For the material that follows, return exactly the lines from the one with "e26 v19 v19" through the one with "e37 v23 v21 LINE", both ends included.

DATA EXTRACTS:
-*-*-

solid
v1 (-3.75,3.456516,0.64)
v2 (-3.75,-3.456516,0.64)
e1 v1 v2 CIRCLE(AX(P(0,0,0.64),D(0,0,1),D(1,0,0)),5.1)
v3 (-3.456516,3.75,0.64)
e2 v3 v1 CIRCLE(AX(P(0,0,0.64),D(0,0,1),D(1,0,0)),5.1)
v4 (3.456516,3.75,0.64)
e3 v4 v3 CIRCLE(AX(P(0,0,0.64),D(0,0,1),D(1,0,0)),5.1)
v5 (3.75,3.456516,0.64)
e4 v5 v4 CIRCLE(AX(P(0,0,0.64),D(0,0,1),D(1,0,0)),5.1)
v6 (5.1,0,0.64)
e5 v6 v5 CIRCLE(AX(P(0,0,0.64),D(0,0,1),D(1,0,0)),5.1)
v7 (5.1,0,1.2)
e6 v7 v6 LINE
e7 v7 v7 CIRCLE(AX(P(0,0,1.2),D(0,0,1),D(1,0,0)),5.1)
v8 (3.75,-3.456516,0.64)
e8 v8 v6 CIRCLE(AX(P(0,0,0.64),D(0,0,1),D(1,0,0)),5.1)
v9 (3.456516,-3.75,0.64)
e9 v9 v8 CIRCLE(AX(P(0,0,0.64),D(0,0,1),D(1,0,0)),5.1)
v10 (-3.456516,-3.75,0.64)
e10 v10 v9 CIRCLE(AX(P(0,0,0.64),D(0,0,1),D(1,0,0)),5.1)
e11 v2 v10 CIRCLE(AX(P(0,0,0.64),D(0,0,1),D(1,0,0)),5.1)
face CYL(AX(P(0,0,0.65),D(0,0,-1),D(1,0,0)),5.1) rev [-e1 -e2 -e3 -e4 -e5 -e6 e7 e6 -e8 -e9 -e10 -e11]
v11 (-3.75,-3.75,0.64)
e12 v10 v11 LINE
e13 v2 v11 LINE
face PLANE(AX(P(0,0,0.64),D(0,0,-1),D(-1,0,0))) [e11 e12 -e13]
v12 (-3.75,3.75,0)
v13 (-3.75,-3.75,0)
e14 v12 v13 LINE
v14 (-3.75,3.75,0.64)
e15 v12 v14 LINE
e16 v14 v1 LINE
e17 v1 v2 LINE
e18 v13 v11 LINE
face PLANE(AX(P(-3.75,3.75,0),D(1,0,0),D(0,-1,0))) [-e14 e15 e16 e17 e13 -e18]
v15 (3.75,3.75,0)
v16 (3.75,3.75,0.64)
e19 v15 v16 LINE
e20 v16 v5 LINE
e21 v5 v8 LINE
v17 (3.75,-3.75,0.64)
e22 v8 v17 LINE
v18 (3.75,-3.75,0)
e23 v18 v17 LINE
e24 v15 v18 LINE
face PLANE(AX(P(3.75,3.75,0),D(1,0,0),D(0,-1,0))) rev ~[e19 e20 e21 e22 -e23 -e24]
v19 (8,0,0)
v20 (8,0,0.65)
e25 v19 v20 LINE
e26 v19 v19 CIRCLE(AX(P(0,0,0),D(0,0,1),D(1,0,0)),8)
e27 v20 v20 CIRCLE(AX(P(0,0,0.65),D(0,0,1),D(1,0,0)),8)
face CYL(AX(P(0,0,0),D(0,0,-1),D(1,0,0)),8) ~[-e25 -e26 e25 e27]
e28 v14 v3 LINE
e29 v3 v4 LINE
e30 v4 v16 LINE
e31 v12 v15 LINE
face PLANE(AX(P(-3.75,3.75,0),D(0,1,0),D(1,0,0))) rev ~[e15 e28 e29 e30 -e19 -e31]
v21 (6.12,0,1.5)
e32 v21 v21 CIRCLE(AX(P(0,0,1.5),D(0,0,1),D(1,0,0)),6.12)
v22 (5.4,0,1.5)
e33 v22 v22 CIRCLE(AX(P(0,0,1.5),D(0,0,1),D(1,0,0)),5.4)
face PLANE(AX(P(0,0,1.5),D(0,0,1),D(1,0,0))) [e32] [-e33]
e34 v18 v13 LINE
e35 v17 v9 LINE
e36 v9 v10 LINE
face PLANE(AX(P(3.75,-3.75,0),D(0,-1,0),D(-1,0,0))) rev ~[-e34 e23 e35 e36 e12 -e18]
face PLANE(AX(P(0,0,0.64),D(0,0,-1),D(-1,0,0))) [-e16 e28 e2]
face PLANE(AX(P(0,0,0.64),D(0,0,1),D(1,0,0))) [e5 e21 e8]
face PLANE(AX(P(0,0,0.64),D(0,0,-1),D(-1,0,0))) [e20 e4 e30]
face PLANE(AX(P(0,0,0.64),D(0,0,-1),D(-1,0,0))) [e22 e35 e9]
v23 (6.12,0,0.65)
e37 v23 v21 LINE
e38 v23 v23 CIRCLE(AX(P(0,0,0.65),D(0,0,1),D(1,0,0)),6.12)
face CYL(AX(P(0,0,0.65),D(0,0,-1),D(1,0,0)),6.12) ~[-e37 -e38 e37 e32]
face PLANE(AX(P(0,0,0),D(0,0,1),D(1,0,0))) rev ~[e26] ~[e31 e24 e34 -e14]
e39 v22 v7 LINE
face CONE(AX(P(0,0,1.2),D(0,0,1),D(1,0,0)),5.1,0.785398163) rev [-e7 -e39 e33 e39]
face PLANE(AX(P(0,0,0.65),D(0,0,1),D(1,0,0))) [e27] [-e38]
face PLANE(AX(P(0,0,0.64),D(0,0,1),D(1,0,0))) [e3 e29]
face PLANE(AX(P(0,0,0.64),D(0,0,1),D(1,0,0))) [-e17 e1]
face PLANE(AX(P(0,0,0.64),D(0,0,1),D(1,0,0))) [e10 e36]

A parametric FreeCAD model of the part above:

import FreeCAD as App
import Part
import Sketcher
Q = App.Units.Quantity


def edges_at(feature, points):
    """Names of the edges that pass closest to the given points."""
    edges = feature.Shape.Edges
    near = lambda p: min(range(len(edges)), key=lambda i: edges[i].distToShape(Part.Vertex(*p))[0])
    return sorted({f"Edge{near(p) + 1}" for p in points})


def add_polygon(sketch, points):
    """Adds a closed chain of lines whose ends are joined by coincident constraints."""
    first, n = sketch.GeometryCount, len(points)
    for a, b in zip(points, points[1:] + points[:1]):
        sketch.addGeometry(Part.LineSegment(App.Vector(*a, 0), App.Vector(*b, 0)), False)
    for i in range(n):
        sketch.addConstraint(Sketcher.Constraint("Coincident", first + i, 2, first + (i + 1) % n, 1))

doc = App.newDocument("Part")
params = doc.addObject("Spreadsheet::Sheet", "Params")
for row, (alias, value) in enumerate([
    ("sketch1_diameter", "16 mm"),
    ("pad1_length", "0.65 mm"),
    ("sketch2_diameter", "10.2 mm"),
    ("sketch2_diameter2", "12.24 mm"),
    ("pad2_length", "0.85 mm"),
    ("sketch3_diameter", "10.2 mm"),
    ("pocket1_length", "0.01 mm"),
    ("sketch4_width", "7.5 mm"),
    ("pocket2_length", "0.64 mm"),
    ("chamfer_size", "0.3 mm"),
], start=1):
    params.set(f"A{row}", alias)
    params.set(f"B{row}", "=" + value)
    params.setAlias(f"B{row}", alias)

body = doc.addObject("PartDesign::Body", "Body")

# Sketch on XY plane
sketch1 = doc.addObject("Sketcher::SketchObject", "Sketch")
body.addObject(sketch1)
sketch1.AttachmentSupport = (doc.XY_Plane, [""])
sketch1.MapMode = "FlatFace"
sketch1.addGeometry(Part.Circle(App.Vector(0, 0, 0), App.Vector(0, 0, 1), 8), False)
sketch1.addConstraint([
    Sketcher.Constraint("Coincident", 0, 3, -1, 1),
    Sketcher.Constraint("Diameter", 0, Q("16 mm")),
])
sketch1.setExpression("Constraints[1]", "Params.sketch1_diameter")
pad1 = doc.addObject("PartDesign::Pad", "Pad")
body.addObject(pad1)
pad1.Profile = sketch1
pad1.setExpression("Length", "Params.pad1_length")

# Sketch on XY plane
sketch2 = doc.addObject("Sketcher::SketchObject", "Sketch001")
body.addObject(sketch2)
sketch2.AttachmentSupport = (doc.XY_Plane, [""])
sketch2.MapMode = "FlatFace"
sketch2.AttachmentOffset = App.Placement(App.Vector(0, 0, 0.65), App.Rotation())
sketch2.addGeometry([
    Part.Circle(App.Vector(0, 0, 0), App.Vector(0, 0, 1), 6),
    Part.Circle(App.Vector(0, 0, 0), App.Vector(0, 0, 1), 5),
], False)
sketch2.addConstraint([
    Sketcher.Constraint("Coincident", 0, 3, -1, 1),
    Sketcher.Constraint("Coincident", 1, 3, -1, 1),
    Sketcher.Constraint("Diameter", 1, Q("10.2 mm")),
    Sketcher.Constraint("Diameter", 0, Q("12.24 mm")),
])
sketch2.setExpression("Constraints[2]", "Params.sketch2_diameter")
sketch2.setExpression("Constraints[3]", "Params.sketch2_diameter2")
pad2 = doc.addObject("PartDesign::Pad", "Pad001")
body.addObject(pad2)
pad2.Profile = sketch2
pad2.setExpression("Length", "Params.pad2_length")

# Sketch on XY plane
sketch3 = doc.addObject("Sketcher::SketchObject", "Sketch002")
body.addObject(sketch3)
sketch3.AttachmentSupport = (doc.XY_Plane, [""])
sketch3.MapMode = "FlatFace"
sketch3.AttachmentOffset = App.Placement(App.Vector(0, 0, 0.65), App.Rotation())
sketch3.addGeometry(Part.Circle(App.Vector(0, 0, 0), App.Vector(0, 0, 1), 5), False)
sketch3.addConstraint([
    Sketcher.Constraint("Coincident", 0, 3, -1, 1),
    Sketcher.Constraint("Diameter", 0, Q("10.2 mm")),
])
sketch3.setExpression("Constraints[1]", "Params.sketch3_diameter")
pocket1 = doc.addObject("PartDesign::Pocket", "Pocket")
body.addObject(pocket1)
pocket1.Profile = sketch3
pocket1.setExpression("Length", "Params.pocket1_length")

# Sketch on XY plane
sketch4 = doc.addObject("Sketcher::SketchObject", "Sketch003")
body.addObject(sketch4)
sketch4.AttachmentSupport = (doc.XY_Plane, [""])
sketch4.MapMode = "FlatFace"
add_polygon(sketch4, [(4, -4), (4, 4), (-4, 4), (-4, -4)])  # lines 0-3
sketch4.addConstraint([
    Sketcher.Constraint("Vertical", 0),
    Sketcher.Constraint("Horizontal", 1),
    Sketcher.Constraint("Vertical", 2),
    Sketcher.Constraint("Horizontal", 3),
    Sketcher.Constraint("Symmetric", 0, 2, 2, 2, -1, 1),
    Sketcher.Constraint("Equal", 3, 0),
    Sketcher.Constraint("DistanceX", 1, 2, 1, 1, Q("7.5 mm")),
])
sketch4.setExpression("Constraints[10]", "Params.sketch4_width")
pocket2 = doc.addObject("PartDesign::Pocket", "Pocket001")
body.addObject(pocket2)
pocket2.Profile = sketch4
pocket2.setExpression("Length", "Params.pocket2_length")
pocket2.Reversed = True
doc.recompute()

chamfer = doc.addObject("PartDesign::Chamfer", "Chamfer")
body.addObject(chamfer)
chamfer.Base = (pocket2, edges_at(pocket2, [(-5.1, 0, 1.5)]))
chamfer.setExpression("Size", "Params.chamfer_size")

doc.recompute()
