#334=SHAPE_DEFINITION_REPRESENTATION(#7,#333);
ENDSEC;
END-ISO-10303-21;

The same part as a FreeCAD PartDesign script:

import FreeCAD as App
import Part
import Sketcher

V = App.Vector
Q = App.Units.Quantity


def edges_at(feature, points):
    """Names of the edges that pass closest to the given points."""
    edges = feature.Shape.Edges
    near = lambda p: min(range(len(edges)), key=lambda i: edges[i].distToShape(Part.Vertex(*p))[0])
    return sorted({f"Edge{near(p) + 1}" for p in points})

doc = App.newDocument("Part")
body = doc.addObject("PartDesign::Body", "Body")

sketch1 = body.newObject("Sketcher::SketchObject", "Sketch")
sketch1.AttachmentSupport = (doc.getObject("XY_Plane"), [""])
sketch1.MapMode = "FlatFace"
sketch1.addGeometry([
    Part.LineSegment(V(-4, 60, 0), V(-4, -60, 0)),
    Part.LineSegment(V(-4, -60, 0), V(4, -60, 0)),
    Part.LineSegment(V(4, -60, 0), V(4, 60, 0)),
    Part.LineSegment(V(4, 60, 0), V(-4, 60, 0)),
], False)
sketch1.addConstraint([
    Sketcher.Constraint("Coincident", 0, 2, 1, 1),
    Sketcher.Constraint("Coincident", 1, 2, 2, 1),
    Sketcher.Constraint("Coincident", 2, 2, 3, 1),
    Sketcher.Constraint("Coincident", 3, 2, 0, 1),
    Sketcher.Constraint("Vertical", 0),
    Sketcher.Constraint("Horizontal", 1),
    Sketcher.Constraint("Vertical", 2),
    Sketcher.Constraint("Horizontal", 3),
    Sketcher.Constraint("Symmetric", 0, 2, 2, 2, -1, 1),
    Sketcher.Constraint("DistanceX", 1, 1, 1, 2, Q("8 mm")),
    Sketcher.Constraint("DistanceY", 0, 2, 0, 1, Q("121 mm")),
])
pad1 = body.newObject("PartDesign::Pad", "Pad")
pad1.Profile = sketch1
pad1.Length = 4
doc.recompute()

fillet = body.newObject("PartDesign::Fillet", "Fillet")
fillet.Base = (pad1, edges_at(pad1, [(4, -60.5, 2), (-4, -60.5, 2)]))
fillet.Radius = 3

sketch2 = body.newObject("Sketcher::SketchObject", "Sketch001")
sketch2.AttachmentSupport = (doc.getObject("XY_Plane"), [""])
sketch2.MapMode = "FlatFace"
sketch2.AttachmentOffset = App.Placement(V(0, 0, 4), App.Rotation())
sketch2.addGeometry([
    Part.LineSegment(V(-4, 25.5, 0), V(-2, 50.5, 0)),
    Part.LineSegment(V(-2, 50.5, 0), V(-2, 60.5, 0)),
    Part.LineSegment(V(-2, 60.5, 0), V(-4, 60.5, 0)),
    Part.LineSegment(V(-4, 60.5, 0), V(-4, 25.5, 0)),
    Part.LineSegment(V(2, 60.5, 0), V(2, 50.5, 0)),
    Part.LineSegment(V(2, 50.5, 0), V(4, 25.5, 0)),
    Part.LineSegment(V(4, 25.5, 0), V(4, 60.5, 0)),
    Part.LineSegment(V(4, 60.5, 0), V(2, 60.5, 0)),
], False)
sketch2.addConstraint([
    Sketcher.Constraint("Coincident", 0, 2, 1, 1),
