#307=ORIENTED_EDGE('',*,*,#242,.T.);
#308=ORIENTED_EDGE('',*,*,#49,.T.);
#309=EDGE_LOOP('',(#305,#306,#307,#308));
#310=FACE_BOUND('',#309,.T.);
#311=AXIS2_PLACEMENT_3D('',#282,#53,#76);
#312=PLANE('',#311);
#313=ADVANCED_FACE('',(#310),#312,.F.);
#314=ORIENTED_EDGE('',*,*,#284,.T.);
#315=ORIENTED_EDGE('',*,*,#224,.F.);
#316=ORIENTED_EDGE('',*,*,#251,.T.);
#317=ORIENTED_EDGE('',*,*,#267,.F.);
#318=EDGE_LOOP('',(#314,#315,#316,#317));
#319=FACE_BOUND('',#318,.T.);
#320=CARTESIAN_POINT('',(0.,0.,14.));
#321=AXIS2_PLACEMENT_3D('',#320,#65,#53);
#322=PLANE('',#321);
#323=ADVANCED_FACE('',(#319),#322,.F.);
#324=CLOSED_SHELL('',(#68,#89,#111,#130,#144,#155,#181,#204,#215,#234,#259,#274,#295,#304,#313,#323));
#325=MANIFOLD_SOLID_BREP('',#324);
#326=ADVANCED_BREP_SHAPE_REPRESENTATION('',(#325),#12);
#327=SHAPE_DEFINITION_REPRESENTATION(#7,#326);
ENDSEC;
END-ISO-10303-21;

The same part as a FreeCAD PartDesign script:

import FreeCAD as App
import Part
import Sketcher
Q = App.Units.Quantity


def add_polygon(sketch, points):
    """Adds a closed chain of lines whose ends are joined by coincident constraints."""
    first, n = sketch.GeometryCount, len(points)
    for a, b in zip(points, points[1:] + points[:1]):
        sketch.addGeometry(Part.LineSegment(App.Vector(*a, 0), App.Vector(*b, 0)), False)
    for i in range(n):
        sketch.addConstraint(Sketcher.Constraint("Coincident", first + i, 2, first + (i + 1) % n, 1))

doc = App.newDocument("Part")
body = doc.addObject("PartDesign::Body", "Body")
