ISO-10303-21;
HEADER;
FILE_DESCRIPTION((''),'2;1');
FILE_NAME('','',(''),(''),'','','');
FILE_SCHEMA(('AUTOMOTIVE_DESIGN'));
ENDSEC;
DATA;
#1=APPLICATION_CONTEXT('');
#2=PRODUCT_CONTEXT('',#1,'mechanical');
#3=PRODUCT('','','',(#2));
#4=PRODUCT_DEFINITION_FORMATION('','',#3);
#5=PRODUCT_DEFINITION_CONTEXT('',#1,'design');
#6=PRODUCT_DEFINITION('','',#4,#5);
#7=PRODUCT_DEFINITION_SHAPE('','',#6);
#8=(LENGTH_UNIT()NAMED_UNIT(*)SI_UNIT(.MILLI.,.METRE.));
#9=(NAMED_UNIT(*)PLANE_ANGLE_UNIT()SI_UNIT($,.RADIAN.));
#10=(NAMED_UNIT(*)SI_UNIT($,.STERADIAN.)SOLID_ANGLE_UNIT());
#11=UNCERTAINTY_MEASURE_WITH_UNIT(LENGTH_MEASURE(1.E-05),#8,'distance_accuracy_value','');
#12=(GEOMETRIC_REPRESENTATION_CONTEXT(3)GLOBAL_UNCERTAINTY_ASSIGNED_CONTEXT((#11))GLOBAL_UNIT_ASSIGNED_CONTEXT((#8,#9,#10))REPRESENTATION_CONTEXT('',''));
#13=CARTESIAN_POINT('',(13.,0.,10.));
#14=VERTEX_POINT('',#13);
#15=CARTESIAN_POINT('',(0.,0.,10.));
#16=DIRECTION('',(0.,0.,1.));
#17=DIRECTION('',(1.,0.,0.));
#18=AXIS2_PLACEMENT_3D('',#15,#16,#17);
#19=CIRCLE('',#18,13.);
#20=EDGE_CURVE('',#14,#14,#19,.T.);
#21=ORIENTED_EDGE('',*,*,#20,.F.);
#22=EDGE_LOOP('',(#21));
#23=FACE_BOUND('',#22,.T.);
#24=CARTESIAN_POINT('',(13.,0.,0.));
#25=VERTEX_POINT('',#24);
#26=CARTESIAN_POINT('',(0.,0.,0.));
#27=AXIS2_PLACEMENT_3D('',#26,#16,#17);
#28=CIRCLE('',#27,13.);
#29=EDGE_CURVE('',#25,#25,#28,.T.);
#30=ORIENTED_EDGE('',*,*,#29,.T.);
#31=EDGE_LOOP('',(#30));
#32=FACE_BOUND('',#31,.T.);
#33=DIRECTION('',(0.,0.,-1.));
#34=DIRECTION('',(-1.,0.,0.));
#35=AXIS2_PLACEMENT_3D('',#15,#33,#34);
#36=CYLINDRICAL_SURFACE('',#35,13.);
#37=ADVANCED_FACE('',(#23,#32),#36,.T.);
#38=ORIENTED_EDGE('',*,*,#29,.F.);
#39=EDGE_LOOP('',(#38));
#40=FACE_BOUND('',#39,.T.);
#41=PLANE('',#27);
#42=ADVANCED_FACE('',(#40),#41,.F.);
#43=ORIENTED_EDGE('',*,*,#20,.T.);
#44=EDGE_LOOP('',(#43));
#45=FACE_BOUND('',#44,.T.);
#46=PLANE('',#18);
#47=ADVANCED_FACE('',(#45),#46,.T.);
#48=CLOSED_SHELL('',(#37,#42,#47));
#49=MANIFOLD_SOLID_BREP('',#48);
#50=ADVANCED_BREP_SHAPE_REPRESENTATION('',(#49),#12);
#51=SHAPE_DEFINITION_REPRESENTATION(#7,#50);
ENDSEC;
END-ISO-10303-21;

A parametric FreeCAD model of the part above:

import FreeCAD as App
import Part
import Sketcher

doc = App.newDocument("Part")
body = doc.addObject("PartDesign::Body", "Body")

# Sketch on XY plane
sketch1 = doc.addObject("Sketcher::SketchObject", "Sketch")
body.addObject(sketch1)
sketch1.AttachmentSupport = (doc.XY_Plane, [""])
sketch1.MapMode = "FlatFace"
sketch1.addGeometry(Part.Circle(App.Vector(0, 0, 0), App.Vector(0, 0, 1), 13), False)
sketch1.addConstraint(Sketcher.Constraint("Coincident", 0, 3, -1, 1))
sketch1.addConstraint(Sketcher.Constraint("Diameter", 0, 26.0))
pad1 = doc.addObject("PartDesign::Pad", "Pad")
body.addObject(pad1)
pad1.Profile = sketch1
pad1.Length = 10

doc.recompute()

-*-*-

TASK OUTPUT:
e26 v19 v19 CIRCLE(AX(P(0,0,0),D(0,0,1),D(1,0,0)),8)
e27 v20 v20 CIRCLE(AX(P(0,0,0.65),D(0,0,1),D(1,0,0)),8)
face CYL(AX(P(0,0,0),D(0,0,-1),D(1,0,0)),8) ~[-e25 -e26 e25 e27]
e28 v14 v3 LINE
e29 v3 v4 LINE
e30 v4 v16 LINE
e31 v12 v15 LINE
face PLANE(AX(P(-3.75,3.75,0),D(0,1,0),D(1,0,0))) rev ~[e15 e28 e29 e30 -e19 -e31]
v21 (6.12,0,1.5)
e32 v21 v21 CIRCLE(AX(P(0,0,1.5),D(0,0,1),D(1,0,0)),6.12)
v22 (5.4,0,1.5)
e33 v22 v22 CIRCLE(AX(P(0,0,1.5),D(0,0,1),D(1,0,0)),5.4)
face PLANE(AX(P(0,0,1.5),D(0,0,1),D(1,0,0))) [e32] [-e33]
e34 v18 v13 LINE
e35 v17 v9 LINE
e36 v9 v10 LINE
face PLANE(AX(P(3.75,-3.75,0),D(0,-1,0),D(-1,0,0))) rev ~[-e34 e23 e35 e36 e12 -e18]
face PLANE(AX(P(0,0,0.64),D(0,0,-1),D(-1,0,0))) [-e16 e28 e2]
face PLANE(AX(P(0,0,0.64),D(0,0,1),D(1,0,0))) [e5 e21 e8]
face PLANE(AX(P(0,0,0.64),D(0,0,-1),D(-1,0,0))) [e20 e4 e30]
face PLANE(AX(P(0,0,0.64),D(0,0,-1),D(-1,0,0))) [e22 e35 e9]
v23 (6.12,0,0.65)
e37 v23 v21 LINE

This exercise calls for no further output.